EDIT (using the hint given by user75064):
Since $T$ is bounded on $L^p$, for any $g\in L^p$ we have $$\|Tg\|_{L^p} \le C\|g\|_{L^p}.$$
I want to be able to say the following, but we need $f,g \in L^p \cap L^q$:
\begin{eqnarray*}
\|Tf\|_{L^q}&=&\sup\left\{ \left|\int (Tf)g\right| : \|g\|_{L^p} = 1\right\}\\
&=& \sup\left\{ \left|\int f(Tg)\right| : \|g\|_{L^p} = 1\right\}.\\
\end{eqnarray*}
Now, for any $g$ with $\|g\|_{L^p} = 1$, we see that $$\left|\int f(Tg)\right| \le \int \left|f(Tg)\right| = \|f(Tg)\|_{L^1} \le \|f\|_{L^q}\|Tg\|_{L^p} \le C\|f\|_{L^q},$$
where the second to last inequality follows from Holder's inequality.  Thus $$\|Tf\|_{L^q}\le C\|f\|_{L^q}.$$
 A: The first, and main, step is to show that $T$ is bounded on $L^q$. This is done "by duality": the starting point is the identity 
$$\|f\|_{L^q}=\sup\left\{ \int fg : \|g\|_{L^p}\le 1\right\}$$
Apply it to $ Tf $: 
 $$\|Tf\|_{L^q}=\sup\left\{ \int (Tf)g : \|g\|_{L^p}\le 1\right\}$$
Now it's time to re-read the assumptions of the problem and decide what to do next.
A: Before discussing boundness of $T$ on $L_q$, we must define $T$ on $L_q$, because $T$ is defined only on $L_p$. So the strategy is the following:


*

*Define $T$ on $L_q$ and prove its well-definedness.

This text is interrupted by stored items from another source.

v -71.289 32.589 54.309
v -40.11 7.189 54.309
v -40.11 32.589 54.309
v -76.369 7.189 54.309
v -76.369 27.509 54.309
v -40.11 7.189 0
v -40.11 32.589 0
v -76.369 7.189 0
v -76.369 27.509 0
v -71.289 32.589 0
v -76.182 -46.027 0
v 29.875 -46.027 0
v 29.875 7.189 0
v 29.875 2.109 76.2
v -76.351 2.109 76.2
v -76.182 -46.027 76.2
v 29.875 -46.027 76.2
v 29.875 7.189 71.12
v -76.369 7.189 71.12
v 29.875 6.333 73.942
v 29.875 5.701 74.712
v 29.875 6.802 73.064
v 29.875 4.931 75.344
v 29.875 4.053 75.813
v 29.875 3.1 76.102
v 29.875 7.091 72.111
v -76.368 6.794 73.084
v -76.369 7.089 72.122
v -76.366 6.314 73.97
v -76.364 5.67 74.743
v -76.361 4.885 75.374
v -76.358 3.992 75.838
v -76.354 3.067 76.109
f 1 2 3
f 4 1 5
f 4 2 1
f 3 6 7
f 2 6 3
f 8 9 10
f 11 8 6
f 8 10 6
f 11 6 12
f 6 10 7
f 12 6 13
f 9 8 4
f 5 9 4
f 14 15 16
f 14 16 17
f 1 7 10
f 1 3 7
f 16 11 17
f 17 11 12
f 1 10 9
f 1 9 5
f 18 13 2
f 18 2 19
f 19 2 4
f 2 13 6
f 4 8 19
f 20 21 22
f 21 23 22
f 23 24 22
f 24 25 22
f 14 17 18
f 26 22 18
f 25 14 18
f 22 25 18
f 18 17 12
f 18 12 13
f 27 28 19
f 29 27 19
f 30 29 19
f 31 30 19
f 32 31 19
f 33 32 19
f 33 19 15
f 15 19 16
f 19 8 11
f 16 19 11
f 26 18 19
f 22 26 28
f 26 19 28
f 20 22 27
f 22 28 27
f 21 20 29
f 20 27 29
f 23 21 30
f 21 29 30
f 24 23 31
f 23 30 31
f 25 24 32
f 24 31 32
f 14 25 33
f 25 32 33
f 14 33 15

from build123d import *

# Parameters (mm, degrees)
F1_DEPTH = 76.2
F2_W     = 36.258861
F2_H     = 54.309234
F3_DEPTH = 25.4
F4_SIZE  = 5.08
F5_R     = 5.08


with BuildPart() as f1:
    # F0 (on Top) → F1 (new body)
    with BuildSketch(Plane.XY):
        Polygon((29.875379, 7.188763), (-76.368935, 7.188763), (-76.182216, -46.026755), (29.875379, -46.026755), align=None)
    extrude(amount=F1_DEPTH)

    # F2 (on face) → F3 (join)
    with BuildSketch(Plane(origin=(0, 7.188763, 0), x_dir=(-1, 0, 0), z_dir=(0, 1, 0))):
        with Locations((58.239504, 27.154617)):
            Rectangle(F2_W, F2_H)
    extrude(amount=F3_DEPTH)

    # F4
    f4_edges = [f1.edges().sort_by_distance(p)[0] for p in [
        (-76.368935, 32.588763, 27.154617),
    ]]
    chamfer(f4_edges, length=F4_SIZE)

    # F5
    f5_edges = [f1.edges().sort_by_distance(p)[0] for p in [
        (-23.246778, 7.188763, 76.2),
    ]]
    fillet(f5_edges, radius=F5_R)


solid = f1.part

*Prove $T$ is bounded on $L_q$ so that $T$ maps $L_q$ to $L_q$.

*Extend $T$ into $T:L_p + L_q \to L_p + L_q$ as $T(f+g) = Tf + Tg$ for $f \in L_p$ and $g\in L_q$. Also, have to check well-definedness. Then, $T:L_r \to L_r$ can be defined in the sense that $L_r \subset L_p + L_q$.

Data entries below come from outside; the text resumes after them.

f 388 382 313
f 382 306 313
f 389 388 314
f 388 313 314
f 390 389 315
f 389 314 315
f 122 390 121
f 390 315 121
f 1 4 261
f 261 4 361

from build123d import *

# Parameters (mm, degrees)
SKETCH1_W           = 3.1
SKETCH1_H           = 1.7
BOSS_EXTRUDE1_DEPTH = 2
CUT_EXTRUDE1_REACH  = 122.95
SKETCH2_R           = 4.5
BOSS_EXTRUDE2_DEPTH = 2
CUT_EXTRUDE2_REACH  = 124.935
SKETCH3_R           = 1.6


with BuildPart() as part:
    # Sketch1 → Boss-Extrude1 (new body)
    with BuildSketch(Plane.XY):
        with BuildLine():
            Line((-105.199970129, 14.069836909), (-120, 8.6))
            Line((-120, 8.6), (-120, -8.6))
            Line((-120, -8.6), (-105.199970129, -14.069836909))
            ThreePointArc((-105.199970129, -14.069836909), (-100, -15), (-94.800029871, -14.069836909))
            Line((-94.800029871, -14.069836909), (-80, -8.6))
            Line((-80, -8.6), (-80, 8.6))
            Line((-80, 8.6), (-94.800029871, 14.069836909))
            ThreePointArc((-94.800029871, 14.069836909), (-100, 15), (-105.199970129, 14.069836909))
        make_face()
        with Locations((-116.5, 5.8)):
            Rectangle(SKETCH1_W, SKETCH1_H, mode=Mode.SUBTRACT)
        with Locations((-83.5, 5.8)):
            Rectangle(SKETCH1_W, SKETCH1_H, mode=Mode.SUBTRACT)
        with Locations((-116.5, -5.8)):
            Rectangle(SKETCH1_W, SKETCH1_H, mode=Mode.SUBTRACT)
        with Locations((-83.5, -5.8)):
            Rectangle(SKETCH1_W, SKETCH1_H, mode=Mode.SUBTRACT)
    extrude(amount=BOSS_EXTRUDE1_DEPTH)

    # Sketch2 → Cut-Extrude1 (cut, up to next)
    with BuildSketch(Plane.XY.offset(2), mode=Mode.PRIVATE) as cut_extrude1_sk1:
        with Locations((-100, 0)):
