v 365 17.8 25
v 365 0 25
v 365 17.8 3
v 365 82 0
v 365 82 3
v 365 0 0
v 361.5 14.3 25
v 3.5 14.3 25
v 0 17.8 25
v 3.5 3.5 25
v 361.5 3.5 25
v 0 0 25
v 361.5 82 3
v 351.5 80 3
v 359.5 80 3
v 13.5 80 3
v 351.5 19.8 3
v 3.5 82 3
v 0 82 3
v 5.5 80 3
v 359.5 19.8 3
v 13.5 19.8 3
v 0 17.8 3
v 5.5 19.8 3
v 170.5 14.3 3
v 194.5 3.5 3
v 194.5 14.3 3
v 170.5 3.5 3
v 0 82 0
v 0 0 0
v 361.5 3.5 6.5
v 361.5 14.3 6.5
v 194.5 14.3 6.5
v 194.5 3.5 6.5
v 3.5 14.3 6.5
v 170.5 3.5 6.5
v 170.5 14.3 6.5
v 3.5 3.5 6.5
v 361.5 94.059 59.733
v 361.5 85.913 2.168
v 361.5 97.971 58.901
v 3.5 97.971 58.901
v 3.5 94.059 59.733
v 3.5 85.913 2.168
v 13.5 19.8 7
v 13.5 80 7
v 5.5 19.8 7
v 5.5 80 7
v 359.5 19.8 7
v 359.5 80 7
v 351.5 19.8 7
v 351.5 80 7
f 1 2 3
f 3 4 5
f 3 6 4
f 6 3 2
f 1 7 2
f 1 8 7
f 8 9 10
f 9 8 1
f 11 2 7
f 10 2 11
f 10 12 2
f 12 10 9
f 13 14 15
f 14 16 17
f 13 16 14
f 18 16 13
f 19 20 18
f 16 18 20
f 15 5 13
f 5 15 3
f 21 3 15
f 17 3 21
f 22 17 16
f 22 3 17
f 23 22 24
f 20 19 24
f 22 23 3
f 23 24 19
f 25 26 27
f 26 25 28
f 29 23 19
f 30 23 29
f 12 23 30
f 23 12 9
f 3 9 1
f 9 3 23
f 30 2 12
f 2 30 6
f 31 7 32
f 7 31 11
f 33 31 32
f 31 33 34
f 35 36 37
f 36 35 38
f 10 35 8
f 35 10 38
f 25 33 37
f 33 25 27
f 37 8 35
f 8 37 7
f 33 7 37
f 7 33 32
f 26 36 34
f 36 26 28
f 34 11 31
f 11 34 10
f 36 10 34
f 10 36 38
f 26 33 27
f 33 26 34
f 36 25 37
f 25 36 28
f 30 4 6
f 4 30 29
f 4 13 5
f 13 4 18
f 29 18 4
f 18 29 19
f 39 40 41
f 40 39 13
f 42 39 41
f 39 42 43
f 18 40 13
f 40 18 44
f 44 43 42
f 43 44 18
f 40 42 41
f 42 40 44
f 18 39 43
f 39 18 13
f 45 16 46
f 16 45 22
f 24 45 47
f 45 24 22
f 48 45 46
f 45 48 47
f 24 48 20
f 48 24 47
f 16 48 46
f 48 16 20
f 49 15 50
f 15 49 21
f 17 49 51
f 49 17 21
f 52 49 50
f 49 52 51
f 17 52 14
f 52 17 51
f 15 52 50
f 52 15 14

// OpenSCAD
// ═══════════════════════════════════════════════════════════════════
//  KAAMOS — monitor tray v1
//  15.6" portable USB-C monitor, desk-optimized
//  ~355mm wide × ~225mm tall × ~10mm thick
//
//  Colour map (Kaamos palette → PLA/PETG):
//    tyhjyys   #0c0c0c  →  Matte Black PLA     (body, legs, base)
//    meripihka #f0a030  →  Amber / Pumpkin PLA (end caps — small, print 2)
//    norsunluu #dfd0b0  →  Natural / Ivory PETG (grip strips — print 2)
//
//  RENDER switch:
//    0  →  main body   (Matte Black PLA)  — orient flat-base-down, no support needed
//    1  →  end cap     (Amber PLA)        — print 2, mirror one in slicer
//    2  →  grip strip  (Natural PETG)     — print 2
// ═══════════════════════════════════════════════════════════════════

RENDER = 0;

// ── monitor ──────────────────────────────────────────────────────────
MON_W   = 355;   // monitor width (mm)
MON_T   = 10;    // monitor thickness (mm) — measure your unit; 10 is typical

// ── channel (front lip) ──────────────────────────────────────────────
FIT     = 0.8;   // total clearance inside channel (loose enough to insert/remove)
WALL    = 3.5;   // wall thickness throughout
LIP_H   = 22;    // how high the front channel rises (captures bottom of monitor)
CH_W    = MON_T + FIT;                // channel inner width
LIP_D   = CH_W  + WALL * 2;          // front lip outer depth

// ── base ─────────────────────────────────────────────────────────────
LEN     = MON_W + 10;   // tray total length (5mm each end before caps)
BASE_D  = 82;            // base depth front to back
BASE_T  = 3;             // base plate thickness

// ── rear support wall ────────────────────────────────────────────────
TILT    = 12;            // degrees monitor leans back from vertical
RW_T    = 4;             // rear wall thickness
RW_H    = 58;            // rear wall height (supports monitor ~80mm up from base)

// ── end cap (amber accent) ────────────────────────────────────────────
CAP_L   = 13;            // cap depth (how far it slides over channel end)
CAP_T   = 2.5;           // cap wall thickness

// ── grip strip (natural PETG) ─────────────────────────────────────────
GRIP_L  = LEN - WALL * 2 - 6;
GRIP_W  = 5;
GRIP_T  = 1.6;

$fn = 48;

// ════════════════════════════════════════════════════════════════════
//  BODY GEOMETRY
// ════════════════════════════════════════════════════════════════════

module base_plate() {
    cube([LEN, BASE_D, BASE_T]);
}

module front_channel() {
    // U-profile rising from front edge of base
    translate([0, 0, BASE_T])
    difference() {
        cube([LEN, LIP_D, LIP_H]);
        // hollow — open top
        translate([WALL, WALL, WALL])
            cube([LEN - WALL*2, CH_W, LIP_H + 1]);
        // cable exit slot, centred at bottom of channel
        translate([LEN/2 - 12, WALL, -BASE_T])
            cube([24, CH_W, BASE_T + WALL + 1]);
    }
}

module rear_wall() {
    // angled wall the monitor face rests against
    // pivots from the rear edge of the base, leans backward TILT degrees
    translate([WALL, BASE_D, BASE_T])
    rotate([-TILT, 0, 0])
    cube([LEN - WALL*2, RW_T, RW_H]);
}

module gusset(x_pos) {
    // triangular brace connecting rear wall to base plate
    // side profile: right triangle — horizontal leg = BASE_D - LIP_D, vertical = RW_T
    gus_run = BASE_D - LIP_D - 4;
    gus_w   = 8;
    translate([x_pos, LIP_D + 2, BASE_T])
    linear_extrude(RW_T)
    polygon([
        [0, 0],
        [gus_w, 0],
        [gus_w, gus_run],
        [0, gus_run]
    ]);
}

module main_body() {
    union() {
        base_plate();
        front_channel();
        rear_wall();
        gusset(WALL + 2);
        gusset(LEN - WALL - 10);
    }
}

// ════════════════════════════════════════════════════════════════════
//  END CAP  (amber accent — print 2, mirror one in slicer)
// ════════════════════════════════════════════════════════════════════

module end_cap() {
    // press-fits over either end of the front channel
    outer_h = LIP_H + BASE_T;
    difference() {
        cube([CAP_L, LIP_D, outer_h]);
        translate([CAP_T, CAP_T, CAP_T])
            cube([CAP_L, LIP_D - CAP_T*2, outer_h]);
    }
}

// ════════════════════════════════════════════════════════════════════
//  GRIP STRIP  (natural PETG — print 2: one front wall, one rear wall)
// ════════════════════════════════════════════════════════════════════

module grip_strip() {
    // sits in the channel against the wall the monitor face touches
    // adds friction and protects monitor edge from scratching
    translate([WALL + 3, 0, 0])
    cube([GRIP_L, GRIP_W, GRIP_T]);
}

// ════════════════════════════════════════════════════════════════════
//  RENDER
// ════════════════════════════════════════════════════════════════════

if (RENDER == 0) {
    color("#111008") main_body();
    // export as: monitor_tray_body.stl
    // orient: flat base down — no supports required
}

if (RENDER == 1) {
    color("#f0a030") end_cap();
    // export as: monitor_tray_cap.stl — print 2, mirror one in slicer
    // orient: open face down
}

if (RENDER == 2) {
    color("#dfd0b0") grip_strip();
    // export as: monitor_tray_grip.stl — print 2 (PETG)
    // press into channel front and back walls after printing body
}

*Use the Riesz-Thorin interpolation theorem to prove $T$ is bounded on $L_r$.

*Prove the uniqueness of all extensions.



STEP $1$
Fix $g \in L_q$. Let $\|T\|_p$ be the operator norm of $T$ on $L_p$. Note that \begin{equation}
\left|\int (Tf)g\right| \le \int \left|(Tf)g\right| \le \|Tf\|_p \|g\|_q
\le \|T\|_p \|f\|_p \|g\|_q
\end{equation}
which is bounded for any $f \in L_p$. Now define $\phi_g:L_p \to \mathbb{C}$ as \begin{equation}\phi_g (f) = \int (Tf)g. \end{equation} Since $\phi_g$ is a bounded linear functional, $\phi_g \in \left(L_p\right)^*$ ($L_p$ dual space) and there uniquely exists $g' \in L_q$ such that $\displaystyle{\phi_g(f) = \int fg'}$. This is because the mapping $\displaystyle{(\cdot)\mapsto\int f(\cdot)}$ is an isometrical isomorphism from $L_q$ to $\left(L_p\right)^*$. It is natural to define $T$ on $L_q$ as $Tg = g'$. We should check well-definedness and linearity of $T$, but just skip them here. Before the next step, please notice that now we have $\displaystyle{\phi_g (f) = \int (Tf)g = \int f(Tg)}$ for all $f \in L_p, g \in L_q$.

STEP $2$
As Bohring and user75064 mentioned, by Hölder's inequality, \begin{align*}
\|Tg\|_q
&= \sup\left\{ \left|\int f(Tg)\right| : \|f\|_{L^p} = 1\right\}\\
&= \sup\left\{ \left|\int (Tf)g\right| : \|f\|_{L^p} = 1\right\}\\
&\le \|Tf\|_p\|g\|_q \le \|T\|_p \|g\|_q.
\end{align*}
Thus $T$ is bounded on $L_q$.

STEP $3,4,5$ will be not so hard to prove!